A dollar, a coat, and mill are only useful because they can bring me pleasure. Which is a mental construct. If I were an organism that could not experience pleasure, like, say, an advanced robot, then all three of those things would be equally useless to me. Perhaps I’m a robot that believes in helping others and will give the coat to a cold human to make them feel better, but again, that’s still just mental constructions - my philosophy and the human’s pleasure.
I’m not sure what you mean by mills shuffling around symbols but about currency:
Currency did not exist and could not exist until the productive capabilities of society and early ruling classes required a kind of “universal equivalent” to move around use-values better than simple bartering could provide. Bartering is only useful if you can make some use out of the commodity you’re bartering for directly. For example, if society is in a position where single individuals own like, a thousand kilos of grain, it would be far more useful to exchange the grain for a currency, or a “universal equivalent” to exchange for many different kinds of commodities than 1 or a small set of commodities you can obtain by simple bartering.
It is true that currency is a kind of “cultural technology” and that it is necessary for capitalism to exist but it evolved out of the necessity of material circumstances. Hope that helps to understand lol, I’m not so good at writing
Currency did not exist and could not exist until the productive capabilities of society and early ruling classes required a kind of “universal equivalent” to move around use-values better than simple bartering could provide.
Just a nitpick: the barter economy is a myth that came from Adam Smith’s The Wealth of Nations, which has since been repeated ad infinitum in every economics textbook.
There is no evidence of barter economy ever existing in human society until after money has been invented, when anthropologists started to look into it (I think they found one in a primitive tribe in Polynesia and a couple other random cases but that’s about it).
Money has always existed as debt, both David Graeber and Michael Hudson have collaborated and written about the role of money in early human societies - Graeber on the anthropology side, and Hudson on the economic history side.

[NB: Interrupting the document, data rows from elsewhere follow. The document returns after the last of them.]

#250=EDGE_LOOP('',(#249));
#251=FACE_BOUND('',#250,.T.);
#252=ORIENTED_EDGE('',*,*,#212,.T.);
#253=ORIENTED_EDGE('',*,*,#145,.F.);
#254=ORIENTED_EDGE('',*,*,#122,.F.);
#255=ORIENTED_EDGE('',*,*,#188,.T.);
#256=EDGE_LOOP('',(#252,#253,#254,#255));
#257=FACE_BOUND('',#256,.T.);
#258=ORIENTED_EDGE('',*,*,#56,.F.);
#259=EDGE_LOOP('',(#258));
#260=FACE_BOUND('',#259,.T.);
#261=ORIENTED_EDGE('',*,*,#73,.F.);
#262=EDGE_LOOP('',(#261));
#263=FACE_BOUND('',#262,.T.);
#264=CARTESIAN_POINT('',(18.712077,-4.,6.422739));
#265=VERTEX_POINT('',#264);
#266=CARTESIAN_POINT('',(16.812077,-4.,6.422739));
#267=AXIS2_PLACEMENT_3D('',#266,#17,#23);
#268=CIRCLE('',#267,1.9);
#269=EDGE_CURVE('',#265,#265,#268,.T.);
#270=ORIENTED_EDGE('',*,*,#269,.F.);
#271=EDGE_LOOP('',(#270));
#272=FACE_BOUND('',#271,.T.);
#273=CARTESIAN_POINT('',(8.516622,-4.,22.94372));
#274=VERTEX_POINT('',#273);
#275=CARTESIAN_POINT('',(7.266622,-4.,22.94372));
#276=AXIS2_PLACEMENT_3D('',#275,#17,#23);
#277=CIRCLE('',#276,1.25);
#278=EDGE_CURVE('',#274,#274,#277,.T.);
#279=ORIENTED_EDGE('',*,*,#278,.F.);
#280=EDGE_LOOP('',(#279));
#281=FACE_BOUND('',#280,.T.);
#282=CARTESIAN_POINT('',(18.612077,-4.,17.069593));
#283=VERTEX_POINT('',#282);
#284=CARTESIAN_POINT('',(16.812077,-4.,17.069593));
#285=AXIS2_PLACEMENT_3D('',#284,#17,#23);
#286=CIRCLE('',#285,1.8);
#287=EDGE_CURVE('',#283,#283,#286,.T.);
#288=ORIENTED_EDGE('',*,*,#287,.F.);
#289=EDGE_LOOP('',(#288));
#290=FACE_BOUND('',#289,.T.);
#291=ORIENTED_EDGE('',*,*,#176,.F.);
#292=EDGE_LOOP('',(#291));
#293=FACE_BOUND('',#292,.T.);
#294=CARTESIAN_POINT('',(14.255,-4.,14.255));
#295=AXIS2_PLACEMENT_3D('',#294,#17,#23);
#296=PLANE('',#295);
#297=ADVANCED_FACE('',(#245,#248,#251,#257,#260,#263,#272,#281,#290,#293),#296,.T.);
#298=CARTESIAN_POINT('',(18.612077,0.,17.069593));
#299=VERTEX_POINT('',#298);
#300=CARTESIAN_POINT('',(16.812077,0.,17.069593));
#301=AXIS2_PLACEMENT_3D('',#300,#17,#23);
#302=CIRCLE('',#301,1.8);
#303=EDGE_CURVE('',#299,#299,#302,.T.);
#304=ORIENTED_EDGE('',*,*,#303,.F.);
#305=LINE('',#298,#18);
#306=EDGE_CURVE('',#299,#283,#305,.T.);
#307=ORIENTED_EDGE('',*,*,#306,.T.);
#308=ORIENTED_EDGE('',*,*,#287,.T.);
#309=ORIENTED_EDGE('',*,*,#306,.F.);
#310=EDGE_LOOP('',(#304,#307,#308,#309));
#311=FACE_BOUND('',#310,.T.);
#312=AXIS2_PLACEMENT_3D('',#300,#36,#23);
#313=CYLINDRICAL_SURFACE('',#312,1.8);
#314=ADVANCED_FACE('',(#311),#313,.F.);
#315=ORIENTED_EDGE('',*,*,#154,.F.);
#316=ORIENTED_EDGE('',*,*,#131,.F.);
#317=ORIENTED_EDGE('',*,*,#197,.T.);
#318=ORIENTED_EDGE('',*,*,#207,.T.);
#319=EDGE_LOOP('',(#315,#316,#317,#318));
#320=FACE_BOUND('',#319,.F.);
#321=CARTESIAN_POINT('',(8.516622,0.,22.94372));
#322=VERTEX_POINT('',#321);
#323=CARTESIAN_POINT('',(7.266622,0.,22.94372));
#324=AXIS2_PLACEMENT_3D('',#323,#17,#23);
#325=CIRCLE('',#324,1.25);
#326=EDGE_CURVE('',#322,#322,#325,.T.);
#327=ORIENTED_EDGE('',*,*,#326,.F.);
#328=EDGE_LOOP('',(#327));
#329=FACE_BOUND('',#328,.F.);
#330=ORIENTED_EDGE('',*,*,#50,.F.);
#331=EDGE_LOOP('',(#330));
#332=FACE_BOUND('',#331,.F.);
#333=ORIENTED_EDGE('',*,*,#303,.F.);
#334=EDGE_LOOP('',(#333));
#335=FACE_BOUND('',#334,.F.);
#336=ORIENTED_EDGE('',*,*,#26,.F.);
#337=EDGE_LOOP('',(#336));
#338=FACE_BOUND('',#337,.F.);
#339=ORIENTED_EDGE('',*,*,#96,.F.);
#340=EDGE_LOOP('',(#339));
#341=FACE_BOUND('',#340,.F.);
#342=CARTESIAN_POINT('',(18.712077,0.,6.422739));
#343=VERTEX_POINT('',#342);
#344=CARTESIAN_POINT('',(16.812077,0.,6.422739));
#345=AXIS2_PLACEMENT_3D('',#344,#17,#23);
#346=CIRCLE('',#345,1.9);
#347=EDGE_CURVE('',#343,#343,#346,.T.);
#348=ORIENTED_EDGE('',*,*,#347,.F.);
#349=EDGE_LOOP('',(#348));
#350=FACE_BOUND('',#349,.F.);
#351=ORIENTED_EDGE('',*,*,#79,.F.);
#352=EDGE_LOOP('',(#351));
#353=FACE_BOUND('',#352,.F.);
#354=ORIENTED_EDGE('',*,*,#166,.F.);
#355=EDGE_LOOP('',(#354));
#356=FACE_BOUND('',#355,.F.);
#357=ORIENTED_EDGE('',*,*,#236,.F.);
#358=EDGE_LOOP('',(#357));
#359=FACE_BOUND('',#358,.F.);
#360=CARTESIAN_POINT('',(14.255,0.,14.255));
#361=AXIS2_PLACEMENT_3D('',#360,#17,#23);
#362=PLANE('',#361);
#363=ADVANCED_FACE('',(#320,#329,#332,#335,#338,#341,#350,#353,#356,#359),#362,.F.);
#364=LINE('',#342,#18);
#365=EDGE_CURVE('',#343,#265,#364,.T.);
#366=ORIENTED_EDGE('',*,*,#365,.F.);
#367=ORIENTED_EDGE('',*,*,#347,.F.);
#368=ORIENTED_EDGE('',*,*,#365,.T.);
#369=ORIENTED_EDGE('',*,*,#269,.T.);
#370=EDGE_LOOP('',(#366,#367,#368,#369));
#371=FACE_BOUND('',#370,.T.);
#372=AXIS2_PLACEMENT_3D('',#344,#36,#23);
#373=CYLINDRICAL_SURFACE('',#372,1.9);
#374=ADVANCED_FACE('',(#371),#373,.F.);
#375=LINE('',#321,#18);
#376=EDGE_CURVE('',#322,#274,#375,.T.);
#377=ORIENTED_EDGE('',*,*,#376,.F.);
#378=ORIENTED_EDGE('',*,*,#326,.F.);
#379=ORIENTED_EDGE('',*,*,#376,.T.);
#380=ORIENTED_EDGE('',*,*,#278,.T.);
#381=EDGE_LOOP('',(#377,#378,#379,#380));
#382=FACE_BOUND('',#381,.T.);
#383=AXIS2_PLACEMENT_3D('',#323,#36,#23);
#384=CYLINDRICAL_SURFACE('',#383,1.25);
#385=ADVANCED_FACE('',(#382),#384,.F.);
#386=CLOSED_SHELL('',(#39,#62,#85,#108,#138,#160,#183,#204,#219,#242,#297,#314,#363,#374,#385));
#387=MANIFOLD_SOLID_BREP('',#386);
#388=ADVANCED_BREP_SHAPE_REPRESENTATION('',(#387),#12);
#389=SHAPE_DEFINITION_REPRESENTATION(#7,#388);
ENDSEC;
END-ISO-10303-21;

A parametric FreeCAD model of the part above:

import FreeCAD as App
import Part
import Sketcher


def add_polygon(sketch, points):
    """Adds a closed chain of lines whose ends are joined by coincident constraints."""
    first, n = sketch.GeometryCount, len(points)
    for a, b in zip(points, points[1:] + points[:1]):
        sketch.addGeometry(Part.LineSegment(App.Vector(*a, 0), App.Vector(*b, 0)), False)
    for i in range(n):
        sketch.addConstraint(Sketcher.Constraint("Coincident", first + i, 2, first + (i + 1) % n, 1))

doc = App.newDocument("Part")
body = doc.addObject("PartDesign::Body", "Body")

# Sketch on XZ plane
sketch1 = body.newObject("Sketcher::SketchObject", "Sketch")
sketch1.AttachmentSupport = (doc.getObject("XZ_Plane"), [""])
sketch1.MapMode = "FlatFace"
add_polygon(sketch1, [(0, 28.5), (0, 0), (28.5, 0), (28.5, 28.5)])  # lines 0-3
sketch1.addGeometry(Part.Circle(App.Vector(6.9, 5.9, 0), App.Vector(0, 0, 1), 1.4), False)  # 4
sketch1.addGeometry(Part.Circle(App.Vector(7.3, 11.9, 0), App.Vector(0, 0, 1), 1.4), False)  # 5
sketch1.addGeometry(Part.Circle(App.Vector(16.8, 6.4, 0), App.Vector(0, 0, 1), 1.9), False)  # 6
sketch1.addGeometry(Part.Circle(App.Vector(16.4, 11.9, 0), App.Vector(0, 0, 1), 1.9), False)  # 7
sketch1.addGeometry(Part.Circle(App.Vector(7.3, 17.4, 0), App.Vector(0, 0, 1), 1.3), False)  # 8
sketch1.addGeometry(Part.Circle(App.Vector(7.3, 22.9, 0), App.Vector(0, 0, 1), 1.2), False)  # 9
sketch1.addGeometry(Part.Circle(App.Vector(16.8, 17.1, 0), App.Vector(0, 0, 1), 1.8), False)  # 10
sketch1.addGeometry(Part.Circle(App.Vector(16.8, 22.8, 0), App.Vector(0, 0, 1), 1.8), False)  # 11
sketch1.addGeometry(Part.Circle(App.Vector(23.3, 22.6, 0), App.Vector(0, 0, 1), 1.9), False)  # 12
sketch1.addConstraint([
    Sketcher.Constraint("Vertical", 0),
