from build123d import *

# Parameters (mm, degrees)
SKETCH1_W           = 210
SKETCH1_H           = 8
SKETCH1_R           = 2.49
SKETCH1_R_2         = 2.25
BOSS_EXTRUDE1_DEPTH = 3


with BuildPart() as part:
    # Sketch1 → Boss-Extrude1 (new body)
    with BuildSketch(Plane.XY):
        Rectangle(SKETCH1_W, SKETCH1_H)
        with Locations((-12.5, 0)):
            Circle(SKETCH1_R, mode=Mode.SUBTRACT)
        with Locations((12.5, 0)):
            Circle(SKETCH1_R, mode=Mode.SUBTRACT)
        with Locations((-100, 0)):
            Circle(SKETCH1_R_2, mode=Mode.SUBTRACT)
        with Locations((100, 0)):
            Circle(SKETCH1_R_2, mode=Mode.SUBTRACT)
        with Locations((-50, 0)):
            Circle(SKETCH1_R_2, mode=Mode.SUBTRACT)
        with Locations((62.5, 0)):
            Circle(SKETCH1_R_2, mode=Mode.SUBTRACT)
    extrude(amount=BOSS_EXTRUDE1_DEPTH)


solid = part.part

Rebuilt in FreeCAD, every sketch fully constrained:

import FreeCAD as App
import Part
import Sketcher
from FreeCAD import Vector
Q = App.Units.Quantity


def add_polygon(sketch, points):
    """Adds a closed chain of lines whose ends are joined by coincident constraints."""
    first, n = sketch.GeometryCount, len(points)
    for a, b in zip(points, points[1:] + points[:1]):
        sketch.addGeometry(Part.LineSegment(App.Vector(*a, 0), App.Vector(*b, 0)), False)
    for i in range(n):
        sketch.addConstraint(Sketcher.Constraint("Coincident", first + i, 2, first + (i + 1) % n, 1))

doc = App.newDocument("Part")
body = doc.addObject("PartDesign::Body", "Body")

# Sketch on XY plane
sketch1 = body.newObject("Sketcher::SketchObject", "Sketch")
sketch1.AttachmentSupport = (doc.getObject("XY_Plane"), [""])
sketch1.MapMode = "FlatFace"
add_polygon(sketch1, [(-105, 4), (-105, -4), (105, -4), (105, 4)])  # lines 0-3
sketch1.addGeometry(Part.Circle(Vector(-100, 0, 0), Vector(0, 0, 1), 2.2), False)  # 4
sketch1.addGeometry(Part.Circle(Vector(-50, 0, 0), Vector(0, 0, 1), 2.2), False)  # 5
sketch1.addGeometry(Part.Circle(Vector(-12.5, 0, 0), Vector(0, 0, 1), 2.5), False)  # 6
sketch1.addGeometry(Part.Circle(Vector(12.5, 0, 0), Vector(0, 0, 1), 2.5), False)  # 7
sketch1.addGeometry(Part.Circle(Vector(62.5, 0, 0), Vector(0, 0, 1), 2.2), False)  # 8
sketch1.addGeometry(Part.Circle(Vector(100, 0, 0), Vector(0, 0, 1), 2.2), False)  # 9
sketch1.addConstraint([
    Sketcher.Constraint("Vertical", 0),
    Sketcher.Constraint("Horizontal", 1),
    Sketcher.Constraint("Vertical", 2),
    Sketcher.Constraint("Horizontal", 3),
    Sketcher.Constraint("Equal", 4, 5),
    Sketcher.Constraint("Equal", 6, 7),
    Sketcher.Constraint("Equal", 5, 8),
    Sketcher.Constraint("Equal", 8, 9),
    Sketcher.Constraint("Symmetric", 6, 3, 7, 3, -1, 1),
    Sketcher.Constraint("Symmetric", 4, 3, 9, 3, -1, 1),
    Sketcher.Constraint("Symmetric", 0, 2, 2, 2, -1, 1),
    Sketcher.Constraint("PointOnObject", 4, 3, -1),
    Sketcher.Constraint("PointOnObject", 5, 3, -1),
    Sketcher.Constraint("PointOnObject", 6, 3, -1),
    Sketcher.Constraint("PointOnObject", 8, 3, -1),
    Sketcher.Constraint("Diameter", 4, Q("4.5 mm")),
    Sketcher.Constraint("Diameter", 6, Q("4.98 mm")),
    Sketcher.Constraint("DistanceX", 1, 1, 1, 2, Q("210 mm")),
    Sketcher.Constraint("DistanceY", 0, 2, 0, 1, Q("8 mm")),
    Sketcher.Constraint("DistanceX", 4, 3, -1, 1, Q("100 mm")),
    Sketcher.Constraint("DistanceX", 5, 3, -1, 1, Q("50 mm")),
    Sketcher.Constraint("DistanceX", 6, 3, 7, 3, Q("25 mm")),
    Sketcher.Constraint("DistanceX", 7, 3, 8, 3, Q("50 mm")),
])
pad1 = body.newObject("PartDesign::Pad", "Pad")
pad1.Profile = sketch1
pad1.Length = 3

doc.recompute()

I’m not sure what you mean by mills shuffling around symbol
Take a screwdriver as an example. Its purpose is to screw and unscrew screws. Screws are a social construct. I can use the social construct of screws to fix the social construct of my air conditioner. That’ll create the social construct of cold air, which will give me the pleasant sensation of staying cool in the summer. The screwdriver is just a tool for manipulating my perceptual interface to grant me pleasure. It’s a cultural technology.